WHAT IS REQUIRED. Return the lines of the data below exactly. Start at the first and end with the line containing "The same part".

Source data.
+++++
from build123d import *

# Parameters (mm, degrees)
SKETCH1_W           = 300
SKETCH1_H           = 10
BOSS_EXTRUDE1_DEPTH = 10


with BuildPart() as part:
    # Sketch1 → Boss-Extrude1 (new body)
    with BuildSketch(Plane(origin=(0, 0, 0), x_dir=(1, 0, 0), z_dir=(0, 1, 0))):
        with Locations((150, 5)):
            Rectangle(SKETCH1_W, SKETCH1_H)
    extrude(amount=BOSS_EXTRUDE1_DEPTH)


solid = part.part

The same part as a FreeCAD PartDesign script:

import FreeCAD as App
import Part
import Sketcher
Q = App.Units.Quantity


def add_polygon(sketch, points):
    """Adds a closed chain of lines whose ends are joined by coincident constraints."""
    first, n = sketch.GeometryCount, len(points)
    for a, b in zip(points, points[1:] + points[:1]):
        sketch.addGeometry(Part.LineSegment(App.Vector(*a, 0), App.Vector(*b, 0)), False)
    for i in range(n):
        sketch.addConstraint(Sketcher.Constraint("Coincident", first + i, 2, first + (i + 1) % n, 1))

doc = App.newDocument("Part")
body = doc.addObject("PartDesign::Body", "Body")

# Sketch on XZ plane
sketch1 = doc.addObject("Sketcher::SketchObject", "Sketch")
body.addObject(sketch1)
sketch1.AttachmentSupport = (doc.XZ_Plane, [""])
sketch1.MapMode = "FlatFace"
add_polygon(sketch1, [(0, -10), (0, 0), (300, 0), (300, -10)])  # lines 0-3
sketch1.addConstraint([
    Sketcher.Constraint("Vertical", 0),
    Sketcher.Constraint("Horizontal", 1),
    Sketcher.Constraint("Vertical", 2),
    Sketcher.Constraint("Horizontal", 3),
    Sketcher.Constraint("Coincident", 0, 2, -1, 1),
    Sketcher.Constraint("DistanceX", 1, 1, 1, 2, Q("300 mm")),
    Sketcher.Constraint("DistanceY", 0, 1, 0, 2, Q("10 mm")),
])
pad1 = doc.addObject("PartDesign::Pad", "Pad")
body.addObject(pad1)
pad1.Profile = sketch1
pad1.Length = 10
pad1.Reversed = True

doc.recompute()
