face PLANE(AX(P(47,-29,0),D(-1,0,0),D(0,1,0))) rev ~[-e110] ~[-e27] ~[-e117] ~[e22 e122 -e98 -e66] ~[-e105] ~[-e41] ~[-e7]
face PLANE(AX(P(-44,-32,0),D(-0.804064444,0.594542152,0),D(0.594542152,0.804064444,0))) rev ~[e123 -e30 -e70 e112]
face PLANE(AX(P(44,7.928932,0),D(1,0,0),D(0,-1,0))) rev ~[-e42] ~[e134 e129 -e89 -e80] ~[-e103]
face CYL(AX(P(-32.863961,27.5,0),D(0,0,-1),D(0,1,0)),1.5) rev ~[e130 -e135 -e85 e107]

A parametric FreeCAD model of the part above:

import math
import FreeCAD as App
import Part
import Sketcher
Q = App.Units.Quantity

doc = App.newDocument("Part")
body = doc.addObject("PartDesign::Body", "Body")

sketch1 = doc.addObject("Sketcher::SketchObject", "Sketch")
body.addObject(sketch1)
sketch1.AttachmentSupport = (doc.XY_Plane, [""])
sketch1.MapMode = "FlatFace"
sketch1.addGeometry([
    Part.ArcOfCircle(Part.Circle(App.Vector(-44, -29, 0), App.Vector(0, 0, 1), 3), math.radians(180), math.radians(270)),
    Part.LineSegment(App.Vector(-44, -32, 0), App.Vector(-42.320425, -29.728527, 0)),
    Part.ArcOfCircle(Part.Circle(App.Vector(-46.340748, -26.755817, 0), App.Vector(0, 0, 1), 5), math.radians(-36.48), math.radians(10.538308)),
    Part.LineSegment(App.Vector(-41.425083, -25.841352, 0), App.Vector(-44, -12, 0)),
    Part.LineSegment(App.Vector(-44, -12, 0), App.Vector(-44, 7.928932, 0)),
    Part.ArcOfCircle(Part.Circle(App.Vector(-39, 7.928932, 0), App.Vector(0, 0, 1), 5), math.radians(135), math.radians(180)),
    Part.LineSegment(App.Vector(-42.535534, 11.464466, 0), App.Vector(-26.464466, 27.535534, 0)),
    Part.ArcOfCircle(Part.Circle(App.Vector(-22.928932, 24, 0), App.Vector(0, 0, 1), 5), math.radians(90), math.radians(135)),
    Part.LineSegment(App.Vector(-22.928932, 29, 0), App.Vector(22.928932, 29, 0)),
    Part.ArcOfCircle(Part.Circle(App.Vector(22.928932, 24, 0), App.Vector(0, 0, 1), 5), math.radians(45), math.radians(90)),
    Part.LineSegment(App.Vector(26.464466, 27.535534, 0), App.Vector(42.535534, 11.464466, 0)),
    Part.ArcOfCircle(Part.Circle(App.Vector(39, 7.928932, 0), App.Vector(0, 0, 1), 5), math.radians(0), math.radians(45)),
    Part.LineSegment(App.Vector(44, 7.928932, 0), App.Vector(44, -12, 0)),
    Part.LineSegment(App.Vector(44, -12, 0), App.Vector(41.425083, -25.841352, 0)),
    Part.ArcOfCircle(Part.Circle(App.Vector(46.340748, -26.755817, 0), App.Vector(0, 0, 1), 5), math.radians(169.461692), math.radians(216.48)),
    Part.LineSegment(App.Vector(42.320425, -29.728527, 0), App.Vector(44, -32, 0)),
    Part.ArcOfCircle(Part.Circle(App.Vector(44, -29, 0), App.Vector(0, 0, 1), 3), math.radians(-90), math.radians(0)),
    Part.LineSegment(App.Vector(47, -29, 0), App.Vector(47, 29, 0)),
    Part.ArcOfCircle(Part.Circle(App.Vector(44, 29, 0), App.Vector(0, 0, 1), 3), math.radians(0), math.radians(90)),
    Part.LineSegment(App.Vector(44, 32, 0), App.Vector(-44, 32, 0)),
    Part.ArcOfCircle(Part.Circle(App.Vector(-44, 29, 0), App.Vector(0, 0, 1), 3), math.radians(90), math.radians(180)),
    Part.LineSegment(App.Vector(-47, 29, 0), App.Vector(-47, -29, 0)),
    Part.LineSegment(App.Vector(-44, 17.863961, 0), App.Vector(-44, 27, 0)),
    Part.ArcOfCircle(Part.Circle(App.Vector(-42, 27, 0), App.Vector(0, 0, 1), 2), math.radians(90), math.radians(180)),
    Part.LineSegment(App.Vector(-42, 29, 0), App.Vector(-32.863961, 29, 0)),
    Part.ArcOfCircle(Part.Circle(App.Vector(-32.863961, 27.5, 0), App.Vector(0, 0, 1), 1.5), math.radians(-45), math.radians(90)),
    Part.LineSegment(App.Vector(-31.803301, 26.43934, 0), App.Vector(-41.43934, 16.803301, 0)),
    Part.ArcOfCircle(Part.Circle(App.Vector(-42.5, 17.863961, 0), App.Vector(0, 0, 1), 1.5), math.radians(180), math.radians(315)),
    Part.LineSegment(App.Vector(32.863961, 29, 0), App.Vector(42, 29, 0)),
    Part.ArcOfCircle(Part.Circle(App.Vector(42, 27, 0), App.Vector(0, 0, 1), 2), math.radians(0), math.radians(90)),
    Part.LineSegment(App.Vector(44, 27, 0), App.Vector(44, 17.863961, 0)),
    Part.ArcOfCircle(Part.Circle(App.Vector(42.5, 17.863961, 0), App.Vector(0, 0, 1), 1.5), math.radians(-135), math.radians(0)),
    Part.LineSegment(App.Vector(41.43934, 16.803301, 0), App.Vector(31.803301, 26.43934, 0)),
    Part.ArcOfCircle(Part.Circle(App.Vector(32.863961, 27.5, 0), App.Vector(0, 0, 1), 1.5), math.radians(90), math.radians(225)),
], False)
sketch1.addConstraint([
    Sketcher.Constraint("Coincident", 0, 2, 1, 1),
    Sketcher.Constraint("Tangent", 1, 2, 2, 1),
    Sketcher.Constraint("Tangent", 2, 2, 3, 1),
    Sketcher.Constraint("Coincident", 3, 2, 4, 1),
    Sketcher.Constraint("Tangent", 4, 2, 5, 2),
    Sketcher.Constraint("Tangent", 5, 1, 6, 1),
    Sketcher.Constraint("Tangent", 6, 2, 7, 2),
+++++
SOLUTION TO THIS EXERCISE.
from build123d import *

# Parameters (mm, degrees)
SKETCH1_W           = 300
SKETCH1_H           = 10
BOSS_EXTRUDE1_DEPTH = 10


with BuildPart() as part:
    # Sketch1 → Boss-Extrude1 (new body)
    with BuildSketch(Plane(origin=(0, 0, 0), x_dir=(1, 0, 0), z_dir=(0, 1, 0))):
        with Locations((150, 5)):
            Rectangle(SKETCH1_W, SKETCH1_H)
    extrude(amount=BOSS_EXTRUDE1_DEPTH)


solid = part.part

The same part as a FreeCAD PartDesign script:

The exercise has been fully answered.